Unite general secretary, Len McCluskey, has called for an economic policy focused on "jobs and growth", ahead of today's Budget statement.

The recent appalling unemployment figures are just the latest damning evidence that the Budget today should focus on urgent measures to create jobs and growth.

The continuing failure by chancellor of the exchequer, George Osborne to realise the error of his ways and wean himself off his austerity addiction has meant that Britain still faces the prospect of a recession and a 1980’s scale of joblessness for years to come.

The fact that the credit-rating agencies have been circling with gloomy predictions that the UK won’t hold on to its triple A rating undermines the whole Osborne strategy of London being a safe haven for funds to finance the deficit.

What Unite, as the largest union in the country representing members in both the private and public sectors, is proposing in the Budget can be divided into three distinct areas: growth and jobs; wage and tax justice; and fairness at work.

Unite has consistently argued for this package of restorative measures, based on well-tested Keynesian principles; and many economists, not all on the Left, agree with Unite that these measures are vital to kick-start the economy in 2012 and beyond.

Unite calculates that the average worker has lost about £83-a-month because of the coalition’s policies on tax, pay freezes and the soaring cost of household bills. Money, so vital for keeping the shopping centres and High Street alive economically, is being drained from peoples’ wallets and purses.

This month’s jobless figures revealed both a ‘lost and forgotten generation of unemployed’ which makes a Budget for growth essential.

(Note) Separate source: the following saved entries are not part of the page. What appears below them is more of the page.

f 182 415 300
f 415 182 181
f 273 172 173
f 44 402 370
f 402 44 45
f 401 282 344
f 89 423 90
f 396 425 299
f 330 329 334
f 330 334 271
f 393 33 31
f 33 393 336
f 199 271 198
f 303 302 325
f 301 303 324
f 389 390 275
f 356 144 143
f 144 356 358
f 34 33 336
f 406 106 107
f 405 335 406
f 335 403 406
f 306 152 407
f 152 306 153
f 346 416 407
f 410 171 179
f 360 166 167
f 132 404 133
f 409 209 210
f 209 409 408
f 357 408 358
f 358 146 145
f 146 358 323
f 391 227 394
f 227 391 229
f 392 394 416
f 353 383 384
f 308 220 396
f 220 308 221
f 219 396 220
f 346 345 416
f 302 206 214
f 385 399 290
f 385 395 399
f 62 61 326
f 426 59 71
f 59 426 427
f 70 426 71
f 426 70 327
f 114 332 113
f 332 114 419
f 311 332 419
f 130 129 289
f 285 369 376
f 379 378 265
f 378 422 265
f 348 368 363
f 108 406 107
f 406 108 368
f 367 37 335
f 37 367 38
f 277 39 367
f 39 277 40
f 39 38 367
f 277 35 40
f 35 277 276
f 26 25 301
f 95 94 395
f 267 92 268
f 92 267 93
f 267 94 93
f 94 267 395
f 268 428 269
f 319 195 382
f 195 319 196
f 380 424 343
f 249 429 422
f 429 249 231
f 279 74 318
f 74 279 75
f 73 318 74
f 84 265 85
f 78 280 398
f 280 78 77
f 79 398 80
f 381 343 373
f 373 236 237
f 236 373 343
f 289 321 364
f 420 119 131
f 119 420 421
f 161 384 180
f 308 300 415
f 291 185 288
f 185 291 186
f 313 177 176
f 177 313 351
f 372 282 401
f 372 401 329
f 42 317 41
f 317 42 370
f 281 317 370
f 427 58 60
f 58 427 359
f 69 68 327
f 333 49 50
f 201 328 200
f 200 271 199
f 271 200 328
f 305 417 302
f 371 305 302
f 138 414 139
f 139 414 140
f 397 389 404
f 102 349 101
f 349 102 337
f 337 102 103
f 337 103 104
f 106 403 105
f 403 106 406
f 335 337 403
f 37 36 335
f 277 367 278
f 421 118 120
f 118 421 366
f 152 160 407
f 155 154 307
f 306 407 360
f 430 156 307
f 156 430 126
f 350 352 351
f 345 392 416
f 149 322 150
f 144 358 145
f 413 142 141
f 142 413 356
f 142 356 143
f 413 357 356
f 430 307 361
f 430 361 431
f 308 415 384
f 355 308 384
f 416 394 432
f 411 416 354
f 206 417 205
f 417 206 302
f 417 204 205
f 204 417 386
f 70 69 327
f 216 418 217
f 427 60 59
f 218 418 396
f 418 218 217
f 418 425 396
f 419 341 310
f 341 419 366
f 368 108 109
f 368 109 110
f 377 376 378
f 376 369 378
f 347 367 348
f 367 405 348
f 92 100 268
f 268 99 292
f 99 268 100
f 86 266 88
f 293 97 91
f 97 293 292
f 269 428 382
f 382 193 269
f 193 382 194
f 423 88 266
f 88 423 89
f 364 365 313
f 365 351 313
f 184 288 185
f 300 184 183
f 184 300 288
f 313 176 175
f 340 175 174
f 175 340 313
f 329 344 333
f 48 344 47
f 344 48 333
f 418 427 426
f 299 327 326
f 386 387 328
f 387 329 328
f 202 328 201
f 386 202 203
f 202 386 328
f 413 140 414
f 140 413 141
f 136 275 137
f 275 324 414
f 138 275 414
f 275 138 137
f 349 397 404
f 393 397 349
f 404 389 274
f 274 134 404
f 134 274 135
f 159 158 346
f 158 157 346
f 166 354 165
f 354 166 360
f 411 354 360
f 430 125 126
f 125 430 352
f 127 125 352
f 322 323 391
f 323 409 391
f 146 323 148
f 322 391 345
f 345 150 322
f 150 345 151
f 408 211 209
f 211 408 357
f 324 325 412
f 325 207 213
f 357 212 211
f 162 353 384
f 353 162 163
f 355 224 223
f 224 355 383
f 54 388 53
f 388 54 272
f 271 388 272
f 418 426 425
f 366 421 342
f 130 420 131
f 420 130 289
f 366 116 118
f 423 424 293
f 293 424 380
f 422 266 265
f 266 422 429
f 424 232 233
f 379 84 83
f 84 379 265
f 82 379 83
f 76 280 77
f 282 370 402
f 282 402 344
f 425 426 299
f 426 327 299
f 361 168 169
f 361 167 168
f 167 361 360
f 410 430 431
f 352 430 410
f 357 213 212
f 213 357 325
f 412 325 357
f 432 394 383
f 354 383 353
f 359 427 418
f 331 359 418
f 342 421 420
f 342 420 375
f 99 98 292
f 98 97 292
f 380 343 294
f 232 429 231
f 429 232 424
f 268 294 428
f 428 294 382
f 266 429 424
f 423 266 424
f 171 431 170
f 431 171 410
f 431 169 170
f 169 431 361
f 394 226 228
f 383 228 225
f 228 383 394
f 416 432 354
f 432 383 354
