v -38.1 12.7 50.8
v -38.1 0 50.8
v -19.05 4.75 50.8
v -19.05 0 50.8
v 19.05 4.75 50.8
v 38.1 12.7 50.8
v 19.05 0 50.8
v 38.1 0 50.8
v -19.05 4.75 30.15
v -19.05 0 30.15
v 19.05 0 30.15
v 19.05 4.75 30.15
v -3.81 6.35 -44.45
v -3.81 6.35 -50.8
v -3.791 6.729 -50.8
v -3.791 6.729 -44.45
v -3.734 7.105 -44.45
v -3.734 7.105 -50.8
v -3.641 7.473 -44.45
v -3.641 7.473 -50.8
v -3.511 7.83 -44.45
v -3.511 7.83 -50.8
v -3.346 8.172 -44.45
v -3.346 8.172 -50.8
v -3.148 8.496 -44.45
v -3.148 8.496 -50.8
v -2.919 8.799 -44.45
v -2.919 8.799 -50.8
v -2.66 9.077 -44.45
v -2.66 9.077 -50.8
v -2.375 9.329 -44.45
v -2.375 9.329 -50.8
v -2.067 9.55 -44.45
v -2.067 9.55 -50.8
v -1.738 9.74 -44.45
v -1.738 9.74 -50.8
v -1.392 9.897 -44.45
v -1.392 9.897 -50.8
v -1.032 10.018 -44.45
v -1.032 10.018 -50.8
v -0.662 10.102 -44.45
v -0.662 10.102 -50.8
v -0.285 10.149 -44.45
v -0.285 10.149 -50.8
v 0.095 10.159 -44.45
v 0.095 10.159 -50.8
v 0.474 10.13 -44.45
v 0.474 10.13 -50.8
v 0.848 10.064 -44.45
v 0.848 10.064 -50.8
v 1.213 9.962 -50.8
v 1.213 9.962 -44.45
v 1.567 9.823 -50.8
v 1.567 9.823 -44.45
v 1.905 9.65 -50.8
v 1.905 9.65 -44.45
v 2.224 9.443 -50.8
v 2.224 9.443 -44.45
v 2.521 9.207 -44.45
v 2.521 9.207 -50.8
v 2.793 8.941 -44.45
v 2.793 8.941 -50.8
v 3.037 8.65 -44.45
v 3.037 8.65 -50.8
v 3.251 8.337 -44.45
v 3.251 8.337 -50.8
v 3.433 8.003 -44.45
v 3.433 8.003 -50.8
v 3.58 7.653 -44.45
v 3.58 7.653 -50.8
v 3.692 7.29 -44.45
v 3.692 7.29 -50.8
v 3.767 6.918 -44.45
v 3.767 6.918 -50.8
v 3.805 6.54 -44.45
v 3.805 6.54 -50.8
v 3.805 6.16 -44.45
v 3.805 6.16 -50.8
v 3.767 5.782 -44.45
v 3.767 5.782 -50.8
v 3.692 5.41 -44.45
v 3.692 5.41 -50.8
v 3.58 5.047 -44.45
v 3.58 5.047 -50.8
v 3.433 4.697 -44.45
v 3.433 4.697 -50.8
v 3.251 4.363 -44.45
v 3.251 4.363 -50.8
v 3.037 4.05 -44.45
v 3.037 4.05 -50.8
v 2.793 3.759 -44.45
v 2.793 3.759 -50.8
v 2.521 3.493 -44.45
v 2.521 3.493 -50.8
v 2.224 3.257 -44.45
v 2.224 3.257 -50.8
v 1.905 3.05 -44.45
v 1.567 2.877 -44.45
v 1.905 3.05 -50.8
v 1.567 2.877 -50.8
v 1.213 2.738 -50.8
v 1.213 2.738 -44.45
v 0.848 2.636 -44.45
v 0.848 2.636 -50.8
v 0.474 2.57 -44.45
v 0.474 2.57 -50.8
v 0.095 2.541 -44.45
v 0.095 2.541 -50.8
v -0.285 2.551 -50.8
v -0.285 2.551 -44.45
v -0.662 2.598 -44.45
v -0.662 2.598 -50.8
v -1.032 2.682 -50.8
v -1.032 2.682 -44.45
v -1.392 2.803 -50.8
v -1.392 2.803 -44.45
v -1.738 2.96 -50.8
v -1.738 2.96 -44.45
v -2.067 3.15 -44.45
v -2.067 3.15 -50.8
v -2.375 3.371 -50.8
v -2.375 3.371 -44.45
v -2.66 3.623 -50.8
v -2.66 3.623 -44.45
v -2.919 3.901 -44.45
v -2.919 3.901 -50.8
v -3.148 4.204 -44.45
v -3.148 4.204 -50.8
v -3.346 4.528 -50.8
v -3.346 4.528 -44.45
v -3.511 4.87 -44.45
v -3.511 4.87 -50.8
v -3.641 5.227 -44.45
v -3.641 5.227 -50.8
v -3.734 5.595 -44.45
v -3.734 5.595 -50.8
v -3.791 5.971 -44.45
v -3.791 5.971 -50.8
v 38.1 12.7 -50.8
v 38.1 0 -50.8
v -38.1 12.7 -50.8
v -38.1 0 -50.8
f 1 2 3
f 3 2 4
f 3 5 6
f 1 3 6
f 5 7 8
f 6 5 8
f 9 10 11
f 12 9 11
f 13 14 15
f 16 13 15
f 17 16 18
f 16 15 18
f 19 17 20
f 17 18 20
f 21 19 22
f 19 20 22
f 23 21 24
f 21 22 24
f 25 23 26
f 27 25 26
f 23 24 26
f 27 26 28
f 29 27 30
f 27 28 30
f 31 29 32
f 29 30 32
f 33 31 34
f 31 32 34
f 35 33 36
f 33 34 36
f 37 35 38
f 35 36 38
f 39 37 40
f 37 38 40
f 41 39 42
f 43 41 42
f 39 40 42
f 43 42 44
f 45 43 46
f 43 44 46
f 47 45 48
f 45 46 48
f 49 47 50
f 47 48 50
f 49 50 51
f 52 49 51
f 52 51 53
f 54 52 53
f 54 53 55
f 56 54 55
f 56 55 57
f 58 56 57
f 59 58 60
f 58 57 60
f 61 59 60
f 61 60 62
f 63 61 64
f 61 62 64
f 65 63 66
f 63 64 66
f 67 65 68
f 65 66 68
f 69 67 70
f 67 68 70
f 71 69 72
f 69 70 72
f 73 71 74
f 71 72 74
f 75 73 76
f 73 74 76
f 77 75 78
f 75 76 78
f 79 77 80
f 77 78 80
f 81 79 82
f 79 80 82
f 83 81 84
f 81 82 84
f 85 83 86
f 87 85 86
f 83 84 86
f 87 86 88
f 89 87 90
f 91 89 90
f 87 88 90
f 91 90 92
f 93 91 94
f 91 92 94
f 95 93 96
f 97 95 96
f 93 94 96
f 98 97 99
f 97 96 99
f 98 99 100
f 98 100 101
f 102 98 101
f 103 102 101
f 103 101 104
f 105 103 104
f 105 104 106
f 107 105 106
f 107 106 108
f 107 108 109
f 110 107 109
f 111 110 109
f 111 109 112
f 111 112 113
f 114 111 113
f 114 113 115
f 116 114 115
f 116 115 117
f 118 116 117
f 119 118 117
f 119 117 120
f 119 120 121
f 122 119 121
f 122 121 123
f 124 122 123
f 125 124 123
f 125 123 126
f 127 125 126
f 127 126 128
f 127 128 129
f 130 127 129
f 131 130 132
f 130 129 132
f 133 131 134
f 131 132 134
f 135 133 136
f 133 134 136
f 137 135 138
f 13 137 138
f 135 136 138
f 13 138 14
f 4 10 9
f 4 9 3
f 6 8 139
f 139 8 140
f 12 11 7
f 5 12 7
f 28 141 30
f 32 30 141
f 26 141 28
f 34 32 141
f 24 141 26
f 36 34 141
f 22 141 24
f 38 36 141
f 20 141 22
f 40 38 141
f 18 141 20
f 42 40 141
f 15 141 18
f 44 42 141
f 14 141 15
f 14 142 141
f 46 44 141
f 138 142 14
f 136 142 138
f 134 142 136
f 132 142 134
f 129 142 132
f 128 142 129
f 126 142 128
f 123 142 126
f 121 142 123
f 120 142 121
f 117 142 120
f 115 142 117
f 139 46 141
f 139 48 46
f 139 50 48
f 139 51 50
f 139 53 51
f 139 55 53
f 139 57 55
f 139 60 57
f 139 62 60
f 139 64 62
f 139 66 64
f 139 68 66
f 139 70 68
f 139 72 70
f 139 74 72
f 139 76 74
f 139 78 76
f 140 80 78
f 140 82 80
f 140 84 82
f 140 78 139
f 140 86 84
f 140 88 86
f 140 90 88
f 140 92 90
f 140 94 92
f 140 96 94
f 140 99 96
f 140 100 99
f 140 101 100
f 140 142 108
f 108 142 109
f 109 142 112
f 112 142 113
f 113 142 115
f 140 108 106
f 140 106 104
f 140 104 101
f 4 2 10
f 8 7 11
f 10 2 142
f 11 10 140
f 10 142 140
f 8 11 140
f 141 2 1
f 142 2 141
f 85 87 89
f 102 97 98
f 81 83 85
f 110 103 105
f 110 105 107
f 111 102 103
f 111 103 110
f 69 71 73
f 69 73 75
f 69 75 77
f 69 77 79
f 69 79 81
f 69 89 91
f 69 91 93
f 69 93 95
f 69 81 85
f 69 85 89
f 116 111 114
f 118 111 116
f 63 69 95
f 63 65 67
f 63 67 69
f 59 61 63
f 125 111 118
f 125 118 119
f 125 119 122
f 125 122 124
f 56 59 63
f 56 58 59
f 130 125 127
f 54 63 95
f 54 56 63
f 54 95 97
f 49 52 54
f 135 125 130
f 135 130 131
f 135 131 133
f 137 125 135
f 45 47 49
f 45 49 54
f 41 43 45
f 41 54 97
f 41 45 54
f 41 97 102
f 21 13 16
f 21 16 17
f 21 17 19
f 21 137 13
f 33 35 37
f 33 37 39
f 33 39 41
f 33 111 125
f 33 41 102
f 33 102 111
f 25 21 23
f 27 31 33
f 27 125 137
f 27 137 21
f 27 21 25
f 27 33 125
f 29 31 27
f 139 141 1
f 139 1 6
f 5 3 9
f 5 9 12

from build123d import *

# Parameters (mm, degrees)
SKETCH1_W           = 76.2
SKETCH1_H           = 101.6
BOSS_EXTRUDE1_DEPTH = 12.7
SKETCH2_W           = 38.1
SKETCH2_H           = 20.6502
CUT_EXTRUDE1_DEPTH  = 4.7498
SKETCH3_R           = 3.81
CUT_EXTRUDE2_DEPTH  = 6.35


with BuildPart() as part:
    # Sketch1 → Boss-Extrude1 (new body)
    with BuildSketch(Plane(origin=(0, 0, 0), x_dir=(1, 0, 0), z_dir=(0, 1, 0))):
        Rectangle(SKETCH1_W, SKETCH1_H)
    extrude(amount=BOSS_EXTRUDE1_DEPTH)

    # Sketch2 → Cut-Extrude1 (cut)
    with BuildSketch(Plane.XZ):
        with Locations((0, 40.4749)):
            Rectangle(SKETCH2_W, SKETCH2_H)
    extrude(amount=-CUT_EXTRUDE1_DEPTH, mode=Mode.SUBTRACT)

    # Sketch3 → Cut-Extrude2 (cut)
    with BuildSketch(Plane(origin=(0, 0, -50.8), x_dir=(-1, 0, 0), z_dir=(0, 0, -1))):
        with Locations((0, 6.35)):
            Circle(SKETCH3_R)
    extrude(amount=-CUT_EXTRUDE2_DEPTH, mode=Mode.SUBTRACT)


solid = part.part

Not only are there unacceptable levels of 18-to-24-year olds unemployed – the ‘lost’ generation – there is the ‘forgotten’ generation of those being made redundant over the age of 50. Women have been particularly hit, according to the latest Office of National Statistics’ figures.

While the Prime Minister tucked into Bison Wellington with red wine reduction during a state dinner in Washington, some residents in prosperous and elegant Salisbury are now reduced to queuing at food banks.

As a first step, the government needs to stop the cuts, thus preventing more than 1.3 million people losing their jobs. This should be coupled with stopping the real terms cut in public sector wages and boosting the spending power of public sector workers with the positive knock-on effects for local economies.

There needs to be a concerted effort to invest in UK industry and infrastructure, such as investing £6bn over two years and building 100,000 extra social and affordable homes, creating new jobs in construction and the supply chain, as well as meeting desperate housing needs.

We need to establish a National Investment Bank, perhaps using our stake in the part-nationalised banks or significantly boosting the Green Investment Bank, to support investment in housing, transport and renewable energy.

In terms of tax justice, the government should announce short term tax cuts to stimulate spending, including a cut in VAT and tax cuts for low and middle income groups and close the tax loopholes that allow the very rich to avoid and/or evade paying their fair share (estimated by Tax Justice Network at £95 billion a year).

A ‘Robin Hood’ tax on all city financial transactions (a tax of 0.05% could raise £20bn a year) needs to introduced, along with minimum tax rates of 40% and 50% on incomes above £100,000 and £150,000 respectively (raising £14.9 bn).

Employment protection legislation is not a barrier to growth, but promotes stability over the economic cycle. Mervyn King, governor of the Bank of England, has said that slashing workers’ rights will not boost the economy. Osborne should avoid the temptation to meddle in this area to appease his rabid backbenchers.

Unite argues that these are sensible – not revolutionary - measures and will gain the support of millions of working people and their families. Osborne must jettison his dogged view that this government of the rich remains committed to helping those that they most identify with – the rich and the powerful.

The British economy remains in the last chance saloon when it comes to economic recovery, hoping with increasing despair for decent economic, political and financial leadership.